There's a whole lotta beautiful pix posted. Makes me antsy to get out there and throw a few flies soon. When I figure out how to post pix, I'll put mine up. Awesome shots.


----------



## madonafly

This is GENERAL FISHING. You can use anything on this board, doesn't have to be a fly.
Look forward to the pictures though and welcome, from me at any rate.


----------



## Lawdog




----------



## nate1031

That's a good looking brownie! Nice kype too!


----------



## poiboy

Weber River in the fall.


----------



## Yahtahay

Picture of a brown I caught on the Provo back in the early 90's.


----------



## sawsman

Looks like you were using some pretty large minnows there Yahtahay!  

I once saw a pup mac with a small 8" bow in it's mouth come out of Fish Lake. It was caught trolling a large rapala... :shock:


----------



## wyogoob

bullsnot said:


> Here is a rainbow from earlier this year.


Holy Cow!


----------



## wyogoob

*Re: Nice Strawberry Cutthroat*



flyfisher said:


> My sons and I fished Strawberry yesterday (Sept 30) and had a great time. I thought I would include a picture of my son Cam who landed this 28 inch (8 lb) cutthroat five minutes after we launched our boat at the marina!

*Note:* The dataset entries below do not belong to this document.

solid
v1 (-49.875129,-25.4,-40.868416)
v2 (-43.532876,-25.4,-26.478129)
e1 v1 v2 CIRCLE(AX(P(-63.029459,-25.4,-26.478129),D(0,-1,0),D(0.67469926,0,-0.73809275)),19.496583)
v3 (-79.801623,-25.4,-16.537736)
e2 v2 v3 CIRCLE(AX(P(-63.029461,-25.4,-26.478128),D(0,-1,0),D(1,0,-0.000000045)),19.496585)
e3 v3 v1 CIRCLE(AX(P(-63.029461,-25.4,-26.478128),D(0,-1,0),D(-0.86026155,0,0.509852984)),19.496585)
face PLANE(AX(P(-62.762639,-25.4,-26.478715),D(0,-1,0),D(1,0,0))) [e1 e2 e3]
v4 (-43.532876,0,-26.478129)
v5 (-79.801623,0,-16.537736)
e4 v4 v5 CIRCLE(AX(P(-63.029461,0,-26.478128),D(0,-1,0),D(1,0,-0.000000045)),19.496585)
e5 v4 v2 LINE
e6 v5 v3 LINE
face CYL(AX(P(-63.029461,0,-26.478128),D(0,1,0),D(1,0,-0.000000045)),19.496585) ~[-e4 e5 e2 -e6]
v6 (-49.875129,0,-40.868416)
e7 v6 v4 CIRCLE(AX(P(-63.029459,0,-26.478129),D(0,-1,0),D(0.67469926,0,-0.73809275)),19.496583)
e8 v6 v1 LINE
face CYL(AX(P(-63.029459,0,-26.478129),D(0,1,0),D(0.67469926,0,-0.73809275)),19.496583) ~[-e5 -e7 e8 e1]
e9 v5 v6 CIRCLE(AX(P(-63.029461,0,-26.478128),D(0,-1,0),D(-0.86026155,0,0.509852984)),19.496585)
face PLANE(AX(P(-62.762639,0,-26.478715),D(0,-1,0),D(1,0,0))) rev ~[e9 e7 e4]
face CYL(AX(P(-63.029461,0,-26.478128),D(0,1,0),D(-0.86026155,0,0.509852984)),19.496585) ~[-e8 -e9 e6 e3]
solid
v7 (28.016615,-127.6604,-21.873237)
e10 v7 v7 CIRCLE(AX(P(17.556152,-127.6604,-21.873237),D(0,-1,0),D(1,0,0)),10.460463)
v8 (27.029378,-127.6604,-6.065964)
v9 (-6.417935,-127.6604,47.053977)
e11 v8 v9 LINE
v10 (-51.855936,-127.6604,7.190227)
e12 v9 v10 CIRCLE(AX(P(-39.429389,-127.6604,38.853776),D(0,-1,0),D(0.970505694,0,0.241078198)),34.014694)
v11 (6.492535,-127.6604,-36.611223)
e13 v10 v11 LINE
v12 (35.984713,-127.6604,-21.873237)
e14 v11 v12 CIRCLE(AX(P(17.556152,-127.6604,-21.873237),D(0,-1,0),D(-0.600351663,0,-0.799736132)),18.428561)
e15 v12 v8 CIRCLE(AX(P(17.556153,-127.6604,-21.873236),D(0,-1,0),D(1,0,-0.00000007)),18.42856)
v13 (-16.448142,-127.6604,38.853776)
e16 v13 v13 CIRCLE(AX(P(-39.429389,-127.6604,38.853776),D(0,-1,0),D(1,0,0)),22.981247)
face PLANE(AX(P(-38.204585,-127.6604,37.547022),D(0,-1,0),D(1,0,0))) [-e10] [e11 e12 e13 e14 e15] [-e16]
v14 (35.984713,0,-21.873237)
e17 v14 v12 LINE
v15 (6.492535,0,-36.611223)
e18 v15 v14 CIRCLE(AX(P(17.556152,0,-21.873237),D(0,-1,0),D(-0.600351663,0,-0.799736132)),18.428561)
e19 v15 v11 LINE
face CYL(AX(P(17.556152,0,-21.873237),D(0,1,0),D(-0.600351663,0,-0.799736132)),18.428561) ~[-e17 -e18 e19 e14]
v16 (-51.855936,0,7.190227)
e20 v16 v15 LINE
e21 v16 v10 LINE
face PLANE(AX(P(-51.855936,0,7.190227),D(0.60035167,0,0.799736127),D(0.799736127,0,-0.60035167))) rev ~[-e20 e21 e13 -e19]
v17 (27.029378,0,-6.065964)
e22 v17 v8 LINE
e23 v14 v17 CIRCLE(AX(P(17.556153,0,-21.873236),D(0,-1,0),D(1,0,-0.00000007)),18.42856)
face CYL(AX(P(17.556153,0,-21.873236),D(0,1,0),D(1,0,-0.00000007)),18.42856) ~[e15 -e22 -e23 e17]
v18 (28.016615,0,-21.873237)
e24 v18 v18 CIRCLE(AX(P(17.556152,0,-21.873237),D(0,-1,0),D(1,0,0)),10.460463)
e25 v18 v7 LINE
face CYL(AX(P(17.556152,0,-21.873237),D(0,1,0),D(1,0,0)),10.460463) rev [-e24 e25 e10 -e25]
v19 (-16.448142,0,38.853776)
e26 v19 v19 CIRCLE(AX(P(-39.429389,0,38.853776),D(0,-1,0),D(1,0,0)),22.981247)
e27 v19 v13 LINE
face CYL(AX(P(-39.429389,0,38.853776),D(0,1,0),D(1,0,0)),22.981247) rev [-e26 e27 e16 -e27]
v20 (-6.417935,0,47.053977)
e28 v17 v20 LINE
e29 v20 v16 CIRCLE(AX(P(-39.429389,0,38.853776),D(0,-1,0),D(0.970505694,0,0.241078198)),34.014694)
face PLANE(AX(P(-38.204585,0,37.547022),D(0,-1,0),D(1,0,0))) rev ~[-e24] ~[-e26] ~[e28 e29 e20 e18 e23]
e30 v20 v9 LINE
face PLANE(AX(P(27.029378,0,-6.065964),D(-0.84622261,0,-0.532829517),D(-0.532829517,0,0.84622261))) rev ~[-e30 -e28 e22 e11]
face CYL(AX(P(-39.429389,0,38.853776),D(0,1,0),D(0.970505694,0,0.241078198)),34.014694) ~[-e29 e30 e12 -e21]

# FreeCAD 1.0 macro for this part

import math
import FreeCAD as App
import Part
import Sketcher

V = App.Vector
Q = App.Units.Quantity

doc = App.newDocument("Part")
body = doc.addObject("PartDesign::Body", "Body")

# Sketch on XZ plane
sketch1 = doc.addObject("Sketcher::SketchObject", "Sketch")
body.addObject(sketch1)
sketch1.AttachmentSupport = (doc.XZ_Plane, [""])
sketch1.MapMode = "FlatFace"
sketch1.addGeometry(Part.ArcOfCircle(Part.Circle(V(-39, 39, 0), V(0, 0, 1), 34), math.radians(14), math.radians(249)), False)
sketch1.addGeometry(Part.LineSegment(V(-52, 7, 0), V(6, -37, 0)), False)
sketch1.addGeometry(Part.ArcOfCircle(Part.Circle(V(18, -22, 0), V(0, 0, 1), 18), math.radians(-127), math.radians(0)), False)
sketch1.addGeometry(Part.ArcOfCircle(Part.Circle(V(18, -22, 0), V(0, 0, 1), 18), math.radians(0), math.radians(59)), False)
sketch1.addGeometry(Part.LineSegment(V(27, -6, 0), V(-6, 47, 0)), False)
sketch1.addGeometry(Part.Circle(V(18, -22, 0), V(0, 0, 1), 10), False)
sketch1.addGeometry(Part.Circle(V(-39, 39, 0), V(0, 0, 1), 23), False)
sketch1.addConstraint(Sketcher.Constraint("Coincident", 0, 2, 1, 1))
sketch1.addConstraint(Sketcher.Constraint("Tangent", 1, 2, 2, 1))
sketch1.addConstraint(Sketcher.Constraint("Tangent", 2, 2, 3, 1))
sketch1.addConstraint(Sketcher.Constraint("Coincident", 3, 2, 4, 1))
sketch1.addConstraint(Sketcher.Constraint("Coincident", 4, 2, 0, 1))
sketch1.addConstraint(Sketcher.Constraint("Coincident", 5, 3, 2, 3))
sketch1.addConstraint(Sketcher.Constraint("Coincident", 6, 3, 0, 3))
sketch1.addConstraint(Sketcher.Constraint("Equal", 2, 3))
sketch1.addConstraint(Sketcher.Constraint("Horizontal", 5, 3, 2, 2))
sketch1.addConstraint(Sketcher.Constraint("Radius", 2, Q("18.428561 mm")))
sketch1.addConstraint(Sketcher.Constraint("Diameter", 5, Q("20.920926 mm")))
sketch1.addConstraint(Sketcher.Constraint("Diameter", 6, Q("45.962494 mm")))
sketch1.addConstraint(Sketcher.Constraint("Radius", 0, Q("34.014694 mm")))
sketch1.addConstraint(Sketcher.Constraint("DistanceY", 1, 2, 0, 3, Q("75.464999 mm")))
sketch1.addConstraint(Sketcher.Constraint("DistanceY", 6, 3, 4, 2, Q("8.200201 mm")))
sketch1.addConstraint(Sketcher.Constraint("DistanceX", 0, 2, 4, 2, Q("45.438001 mm")))
sketch1.addConstraint(Sketcher.Constraint("Distance", 4, Q("62.773011 mm")))
sketch1.addConstraint(Sketcher.Constraint("DistanceX", 0, 3, -1, 1, Q("39.429389 mm")))
sketch1.addConstraint(Sketcher.Constraint("DistanceX", -1, 1, 3, 2, Q("27.029378 mm")))
sketch1.addConstraint(Sketcher.Constraint("DistanceY", -1, 1, 0, 3, Q("38.853776 mm")))
pad1 = doc.addObject("PartDesign::Pad", "Pad")
body.addObject(pad1)
pad1.Profile = sketch1
pad1.Length = Q("5.026 in")
body2 = doc.addObject("PartDesign::Body", "Body001")

# Sketch on XZ plane
sketch2 = doc.addObject("Sketcher::SketchObject", "Sketch001")
body2.addObject(sketch2)
sketch2.AttachmentSupport = (doc.getObject("XZ_Plane001"), [""])
sketch2.MapMode = "FlatFace"
sketch2.addGeometry(Part.ArcOfCircle(Part.Circle(V(-63, -26, 0), V(0, 0, 1), 19), math.radians(-48), math.radians(0)), False)
sketch2.addGeometry(Part.ArcOfCircle(Part.Circle(V(-63, -26, 0), V(0, 0, 1), 19), math.radians(0), math.radians(149)), False)
sketch2.addGeometry(Part.ArcOfCircle(Part.Circle(V(-63, -26, 0), V(0, 0, 1), 19), math.radians(149), math.radians(312)), False)
sketch2.addConstraint(Sketcher.Constraint("Tangent", 0, 2, 1, 1))
sketch2.addConstraint(Sketcher.Constraint("Tangent", 1, 2, 2, 1))
sketch2.addConstraint(Sketcher.Constraint("Tangent", 2, 2, 0, 1))
sketch2.addConstraint(Sketcher.Constraint("Horizontal", 2, 3, 0, 2))
sketch2.addConstraint(Sketcher.Constraint("Radius", 0, Q("19.496583 mm")))
sketch2.addConstraint(Sketcher.Constraint("DistanceX", 0, 3, -1, 1, Q("63.029459 mm")))
sketch2.addConstraint(Sketcher.Constraint("DistanceY", 0, 3, -1, 1, Q("26.478129 mm")))
sketch2.addConstraint(Sketcher.Constraint("DistanceX", 2, 2, -1, 1, Q("49.875129 mm")))
sketch2.addConstraint(Sketcher.Constraint("DistanceY", 2, 2, 1, 2, Q("24.33068 mm")))
pad2 = doc.addObject("PartDesign::Pad", "Pad001")
body2.addObject(pad2)
pad2.Profile = sketch2
pad2.Length = Q("1 in")

doc.recompute()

What a monster. Welcome to the UWN.


----------



## Auman

Even a bad day fishing beats a good day at work. This little guy somehow fit the hook in its mouth and lived to tell the story.


----------



## Auman

This guy took a 6" rabbit fur weighted fly deep in his throat. He ended up going down my throat. Great 26.5" fish from the Weber River.


----------



## LOAH

Nice! Pig brownie and that shiner eating a PA is great. Was the shiner on the Weber too?


----------



## Auman

No, the shiner was up near Red Fish Lake in Idaho.


----------



## poiboy

Auman said:


> Even a bad day fishing beats a good day at work. This little guy somehow fit the hook in its mouth and lived to tell the story.


If that's the only fish caught that day, it's still considered a trophy. Only bad thing is, he'll be hook shy by the time he's only 6".


----------



## GaryFish

GREAT FISH! And thanks for sharing. The brag pics are my favorite part of the forum. Well done and thanks again for sharing it!


----------



## FROGGER

Just spent the last 20 min looking at these pics.. Awesome fish folks...


----------



## Chaser

FROGGER said:


> Just spent the last 20 min looking at these pics.. Awesome fish folks...

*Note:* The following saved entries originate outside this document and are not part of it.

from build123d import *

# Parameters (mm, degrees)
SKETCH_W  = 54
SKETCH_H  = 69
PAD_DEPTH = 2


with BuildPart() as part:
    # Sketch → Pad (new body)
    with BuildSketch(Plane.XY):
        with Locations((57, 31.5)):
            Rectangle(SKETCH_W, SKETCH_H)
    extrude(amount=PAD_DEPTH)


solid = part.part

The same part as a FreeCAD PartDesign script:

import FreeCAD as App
import Part
import Sketcher
from FreeCAD import Vector

doc = App.newDocument("Part")
body = doc.addObject("PartDesign::Body", "Body")

# Sketch on XY plane
sketch1 = body.newObject("Sketcher::SketchObject", "Sketch")
sketch1.AttachmentSupport = (doc.getObject("XY_Plane"), [""])
sketch1.MapMode = "FlatFace"
sketch1.addGeometry([
    Part.LineSegment(Vector(30, 66, 0), Vector(30, -3, 0)),
    Part.LineSegment(Vector(30, -3, 0), Vector(84, -3, 0)),
    Part.LineSegment(Vector(84, -3, 0), Vector(84, 66, 0)),
    Part.LineSegment(Vector(84, 66, 0), Vector(30, 66, 0)),
], False)
sketch1.addConstraint([
    Sketcher.Constraint("Coincident", 0, 2, 1, 1),
    Sketcher.Constraint("Coincident", 1, 2, 2, 1),
    Sketcher.Constraint("Coincident", 2, 2, 3, 1),
    Sketcher.Constraint("Coincident", 3, 2, 0, 1),
    Sketcher.Constraint("Vertical", 0),
    Sketcher.Constraint("Horizontal", 1),
    Sketcher.Constraint("Vertical", 2),
    Sketcher.Constraint("Horizontal", 3),
    Sketcher.Constraint("DistanceX", 1, 1, 1, 2, 54.0),
    Sketcher.Constraint("DistanceY", 0, 2, 0, 1, 69.0),
    Sketcher.Constraint("DistanceX", -1, 1, 0, 2, 30.0),
    Sketcher.Constraint("DistanceY", 0, 2, -1, 1, 3.0),
])
pad1 = body.newObject("PartDesign::Pad", "Pad")
pad1.Profile = sketch1
pad1.Length = 2

doc.recompute()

Long time no-see! Where have you been?


----------



## Guest

hello friends,
i'm a new comer.i'm bella.
nice to meet you.


----------



## Huge29

That will be the last we hear from Bella.


----------



## foreverbowhunter




----------



## CaJones

Here is my Marlin from Cancun. 









Here is one of the many Baracudas that we caught.


----------



## BROWN BAGGER

holy cow, how was that ride on that small boat !!!!!!!


----------



## BROWN BAGGER

holy cow, how was that ride on that small boat !!!!!!! cajones

here is my amber jack from key west


----------



## THE CYBERDEMON

First and biggest fish of the day. Caught at Kolob 5/27/11 at 10:00 in the morning on a homemade gold and red spinner. 24 inches 4.1 pounds. I caught seven more throughout the day and they were all in the 15 to 22 slot limit.


----------



## flydaddy834

idaho brown










more idaho with my super truper






















































and this is where it all began


----------



## daniellehughes

This is the 4th Tiger muskie my 14 year old son has caught in the last 2 weeks at pineview. The campground hosts just love him and tell him constantly that he needs to become a guide I am looking for some pictures that other campers took of him last summer in August of him at south fork with several Trout he was catching if anyone remembers him and has those pics I would love to get a copy and am happy with paying for them. His Dad passed away when he was 5 but from the time he was a year old his dad would take him fishing with him in a back pack by the time he was 3 he was fishing on his own, I am so proud of him he is just amazing, I use to not care for fishing so much but since his dad passed I had to help fuel his passion so now I have developed a passion for it as well. If anyone knows of a place where he can learn to fly fish please pass on the info I already bought him a pole and a few flys, thanks so much and fish on!!!!


----------



## Huge29

Welcome to the forum Danielle! Sorry to hear about your late husband! As far as learning to fly fish; where are you located? Most say to go somewhere open to avoid snags where there are fish, if in Davis County hit Bountiful Lake, I saw them plant it yesterday.


----------



## LOAH

flydaddy - Those were great! Sweet brown on top.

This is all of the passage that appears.